Your task is to output the data exactly as it stands.

*** Input material ***

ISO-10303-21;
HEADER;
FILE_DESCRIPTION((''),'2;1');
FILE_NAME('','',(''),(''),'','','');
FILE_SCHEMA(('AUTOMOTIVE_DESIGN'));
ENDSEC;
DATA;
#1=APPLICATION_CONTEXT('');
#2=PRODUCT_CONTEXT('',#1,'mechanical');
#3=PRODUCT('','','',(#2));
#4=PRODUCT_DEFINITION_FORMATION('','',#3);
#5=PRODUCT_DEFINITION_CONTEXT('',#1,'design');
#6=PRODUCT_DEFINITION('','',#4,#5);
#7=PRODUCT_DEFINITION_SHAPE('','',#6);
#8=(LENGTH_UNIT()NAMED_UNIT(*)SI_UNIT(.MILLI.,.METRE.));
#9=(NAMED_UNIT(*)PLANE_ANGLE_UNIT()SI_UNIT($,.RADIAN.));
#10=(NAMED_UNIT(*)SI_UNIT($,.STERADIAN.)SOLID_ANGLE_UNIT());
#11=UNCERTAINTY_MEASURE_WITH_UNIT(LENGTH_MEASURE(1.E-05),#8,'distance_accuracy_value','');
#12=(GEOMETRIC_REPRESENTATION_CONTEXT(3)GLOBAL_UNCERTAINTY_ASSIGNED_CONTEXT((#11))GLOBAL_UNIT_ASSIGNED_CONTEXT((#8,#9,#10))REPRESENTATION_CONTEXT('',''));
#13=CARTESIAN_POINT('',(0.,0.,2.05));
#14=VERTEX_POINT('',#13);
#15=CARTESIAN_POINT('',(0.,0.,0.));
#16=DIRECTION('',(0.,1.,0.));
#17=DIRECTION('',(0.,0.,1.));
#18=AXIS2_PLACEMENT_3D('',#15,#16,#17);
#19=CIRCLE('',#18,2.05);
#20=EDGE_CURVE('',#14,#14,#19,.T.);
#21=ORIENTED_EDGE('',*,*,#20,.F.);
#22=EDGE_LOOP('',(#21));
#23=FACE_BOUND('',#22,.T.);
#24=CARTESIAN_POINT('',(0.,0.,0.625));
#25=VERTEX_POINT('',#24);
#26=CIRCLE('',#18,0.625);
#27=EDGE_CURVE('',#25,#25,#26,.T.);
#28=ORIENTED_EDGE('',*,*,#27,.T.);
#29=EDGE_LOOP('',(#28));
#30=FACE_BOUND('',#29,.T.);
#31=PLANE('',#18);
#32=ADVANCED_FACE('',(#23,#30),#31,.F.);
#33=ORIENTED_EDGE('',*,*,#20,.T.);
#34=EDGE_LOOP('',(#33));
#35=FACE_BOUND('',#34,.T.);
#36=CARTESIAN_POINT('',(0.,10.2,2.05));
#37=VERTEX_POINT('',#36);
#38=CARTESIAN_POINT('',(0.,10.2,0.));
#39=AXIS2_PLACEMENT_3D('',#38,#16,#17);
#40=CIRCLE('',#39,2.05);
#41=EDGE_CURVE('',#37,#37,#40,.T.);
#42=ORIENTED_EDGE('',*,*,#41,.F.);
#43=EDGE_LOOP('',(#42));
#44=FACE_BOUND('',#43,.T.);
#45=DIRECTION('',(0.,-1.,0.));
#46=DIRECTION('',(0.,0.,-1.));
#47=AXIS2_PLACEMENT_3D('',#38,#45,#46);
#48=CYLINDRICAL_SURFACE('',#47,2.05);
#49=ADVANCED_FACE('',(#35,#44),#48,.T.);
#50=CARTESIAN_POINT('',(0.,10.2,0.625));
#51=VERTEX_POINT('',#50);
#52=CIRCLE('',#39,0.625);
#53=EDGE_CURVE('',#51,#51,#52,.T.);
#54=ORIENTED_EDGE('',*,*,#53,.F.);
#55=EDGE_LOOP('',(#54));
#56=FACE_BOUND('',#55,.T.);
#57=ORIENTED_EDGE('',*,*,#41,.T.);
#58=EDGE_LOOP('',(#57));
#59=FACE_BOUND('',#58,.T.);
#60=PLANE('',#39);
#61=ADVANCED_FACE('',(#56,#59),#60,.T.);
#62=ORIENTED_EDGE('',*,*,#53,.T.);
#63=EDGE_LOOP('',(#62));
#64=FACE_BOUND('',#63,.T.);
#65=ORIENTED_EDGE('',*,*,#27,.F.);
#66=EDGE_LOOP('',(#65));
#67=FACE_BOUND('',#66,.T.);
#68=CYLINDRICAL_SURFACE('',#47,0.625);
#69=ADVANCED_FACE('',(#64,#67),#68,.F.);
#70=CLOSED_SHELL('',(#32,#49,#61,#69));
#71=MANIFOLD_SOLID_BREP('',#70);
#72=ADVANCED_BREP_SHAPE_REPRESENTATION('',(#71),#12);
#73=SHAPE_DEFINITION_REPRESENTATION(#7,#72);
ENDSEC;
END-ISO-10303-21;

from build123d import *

# Parameters (mm, degrees)
SKETCH1_R           = 2.05
SKETCH1_R_2         = 0.625
BOSS_EXTRUDE1_DEPTH = 10.2


with BuildPart() as part:
    # Sketch1 → Boss-Extrude1 (new body)
    with BuildSketch(Plane(origin=(0, 0, 0), x_dir=(1, 0, 0), z_dir=(0, 1, 0))):
        with Locations(Location((0, 0, 0), (0, 0, 270))):
            Circle(SKETCH1_R)
        with Locations(Location((0, 0, 0), (0, 0, 270))):
            Circle(SKETCH1_R_2, mode=Mode.SUBTRACT)
    extrude(amount=BOSS_EXTRUDE1_DEPTH)


solid = part.part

*** End of Input material ***

Solution to this exercise →
ISO-10303-21;
HEADER;
FILE_DESCRIPTION((''),'2;1');
FILE_NAME('','',(''),(''),'','','');
FILE_SCHEMA(('AUTOMOTIVE_DESIGN'));
ENDSEC;
DATA;
#1=APPLICATION_CONTEXT('');
#2=PRODUCT_CONTEXT('',#1,'mechanical');
#3=PRODUCT('','','',(#2));
#4=PRODUCT_DEFINITION_FORMATION('','',#3);
#5=PRODUCT_DEFINITION_CONTEXT('',#1,'design');
#6=PRODUCT_DEFINITION('','',#4,#5);
#7=PRODUCT_DEFINITION_SHAPE('','',#6);
#8=(LENGTH_UNIT()NAMED_UNIT(*)SI_UNIT(.MILLI.,.METRE.));
#9=(NAMED_UNIT(*)PLANE_ANGLE_UNIT()SI_UNIT($,.RADIAN.));
#10=(NAMED_UNIT(*)SI_UNIT($,.STERADIAN.)SOLID_ANGLE_UNIT());
#11=UNCERTAINTY_MEASURE_WITH_UNIT(LENGTH_MEASURE(1.E-05),#8,'distance_accuracy_value','');
#12=(GEOMETRIC_REPRESENTATION_CONTEXT(3)GLOBAL_UNCERTAINTY_ASSIGNED_CONTEXT((#11))GLOBAL_UNIT_ASSIGNED_CONTEXT((#8,#9,#10))REPRESENTATION_CONTEXT('',''));
#13=CARTESIAN_POINT('',(0.,0.,2.05));
#14=VERTEX_POINT('',#13);
#15=CARTESIAN_POINT('',(0.,0.,0.));
#16=DIRECTION('',(0.,1.,0.));
#17=DIRECTION('',(0.,0.,1.));
#18=AXIS2_PLACEMENT_3D('',#15,#16,#17);
#19=CIRCLE('',#18,2.05);
#20=EDGE_CURVE('',#14,#14,#19,.T.);
#21=ORIENTED_EDGE('',*,*,#20,.F.);
#22=EDGE_LOOP('',(#21));
#23=FACE_BOUND('',#22,.T.);
#24=CARTESIAN_POINT('',(0.,0.,0.625));
#25=VERTEX_POINT('',#24);
#26=CIRCLE('',#18,0.625);
#27=EDGE_CURVE('',#25,#25,#26,.T.);
#28=ORIENTED_EDGE('',*,*,#27,.T.);
#29=EDGE_LOOP('',(#28));
#30=FACE_BOUND('',#29,.T.);
#31=PLANE('',#18);
#32=ADVANCED_FACE('',(#23,#30),#31,.F.);
#33=ORIENTED_EDGE('',*,*,#20,.T.);
#34=EDGE_LOOP('',(#33));
#35=FACE_BOUND('',#34,.T.);
#36=CARTESIAN_POINT('',(0.,10.2,2.05));
#37=VERTEX_POINT('',#36);
#38=CARTESIAN_POINT('',(0.,10.2,0.));
#39=AXIS2_PLACEMENT_3D('',#38,#16,#17);
#40=CIRCLE('',#39,2.05);
#41=EDGE_CURVE('',#37,#37,#40,.T.);
#42=ORIENTED_EDGE('',*,*,#41,.F.);
#43=EDGE_LOOP('',(#42));
#44=FACE_BOUND('',#43,.T.);
#45=DIRECTION('',(0.,-1.,0.));
#46=DIRECTION('',(0.,0.,-1.));
#47=AXIS2_PLACEMENT_3D('',#38,#45,#46);
#48=CYLINDRICAL_SURFACE('',#47,2.05);
#49=ADVANCED_FACE('',(#35,#44),#48,.T.);
#50=CARTESIAN_POINT('',(0.,10.2,0.625));
#51=VERTEX_POINT('',#50);
#52=CIRCLE('',#39,0.625);
#53=EDGE_CURVE('',#51,#51,#52,.T.);
#54=ORIENTED_EDGE('',*,*,#53,.F.);
#55=EDGE_LOOP('',(#54));
#56=FACE_BOUND('',#55,.T.);
#57=ORIENTED_EDGE('',*,*,#41,.T.);
#58=EDGE_LOOP('',(#57));
#59=FACE_BOUND('',#58,.T.);
#60=PLANE('',#39);
#61=ADVANCED_FACE('',(#56,#59),#60,.T.);
#62=ORIENTED_EDGE('',*,*,#53,.T.);
#63=EDGE_LOOP('',(#62));
#64=FACE_BOUND('',#63,.T.);
#65=ORIENTED_EDGE('',*,*,#27,.F.);
#66=EDGE_LOOP('',(#65));
#67=FACE_BOUND('',#66,.T.);
#68=CYLINDRICAL_SURFACE('',#47,0.625);
#69=ADVANCED_FACE('',(#64,#67),#68,.F.);
#70=CLOSED_SHELL('',(#32,#49,#61,#69));
#71=MANIFOLD_SOLID_BREP('',#70);
#72=ADVANCED_BREP_SHAPE_REPRESENTATION('',(#71),#12);
#73=SHAPE_DEFINITION_REPRESENTATION(#7,#72);
ENDSEC;
END-ISO-10303-21;

from build123d import *

# Parameters (mm, degrees)
SKETCH1_R           = 2.05
SKETCH1_R_2         = 0.625
BOSS_EXTRUDE1_DEPTH = 10.2


with BuildPart() as part:
    # Sketch1 → Boss-Extrude1 (new body)
    with BuildSketch(Plane(origin=(0, 0, 0), x_dir=(1, 0, 0), z_dir=(0, 1, 0))):
        with Locations(Location((0, 0, 0), (0, 0, 270))):
            Circle(SKETCH1_R)
        with Locations(Location((0, 0, 0), (0, 0, 270))):
            Circle(SKETCH1_R_2, mode=Mode.SUBTRACT)
    extrude(amount=BOSS_EXTRUDE1_DEPTH)


solid = part.part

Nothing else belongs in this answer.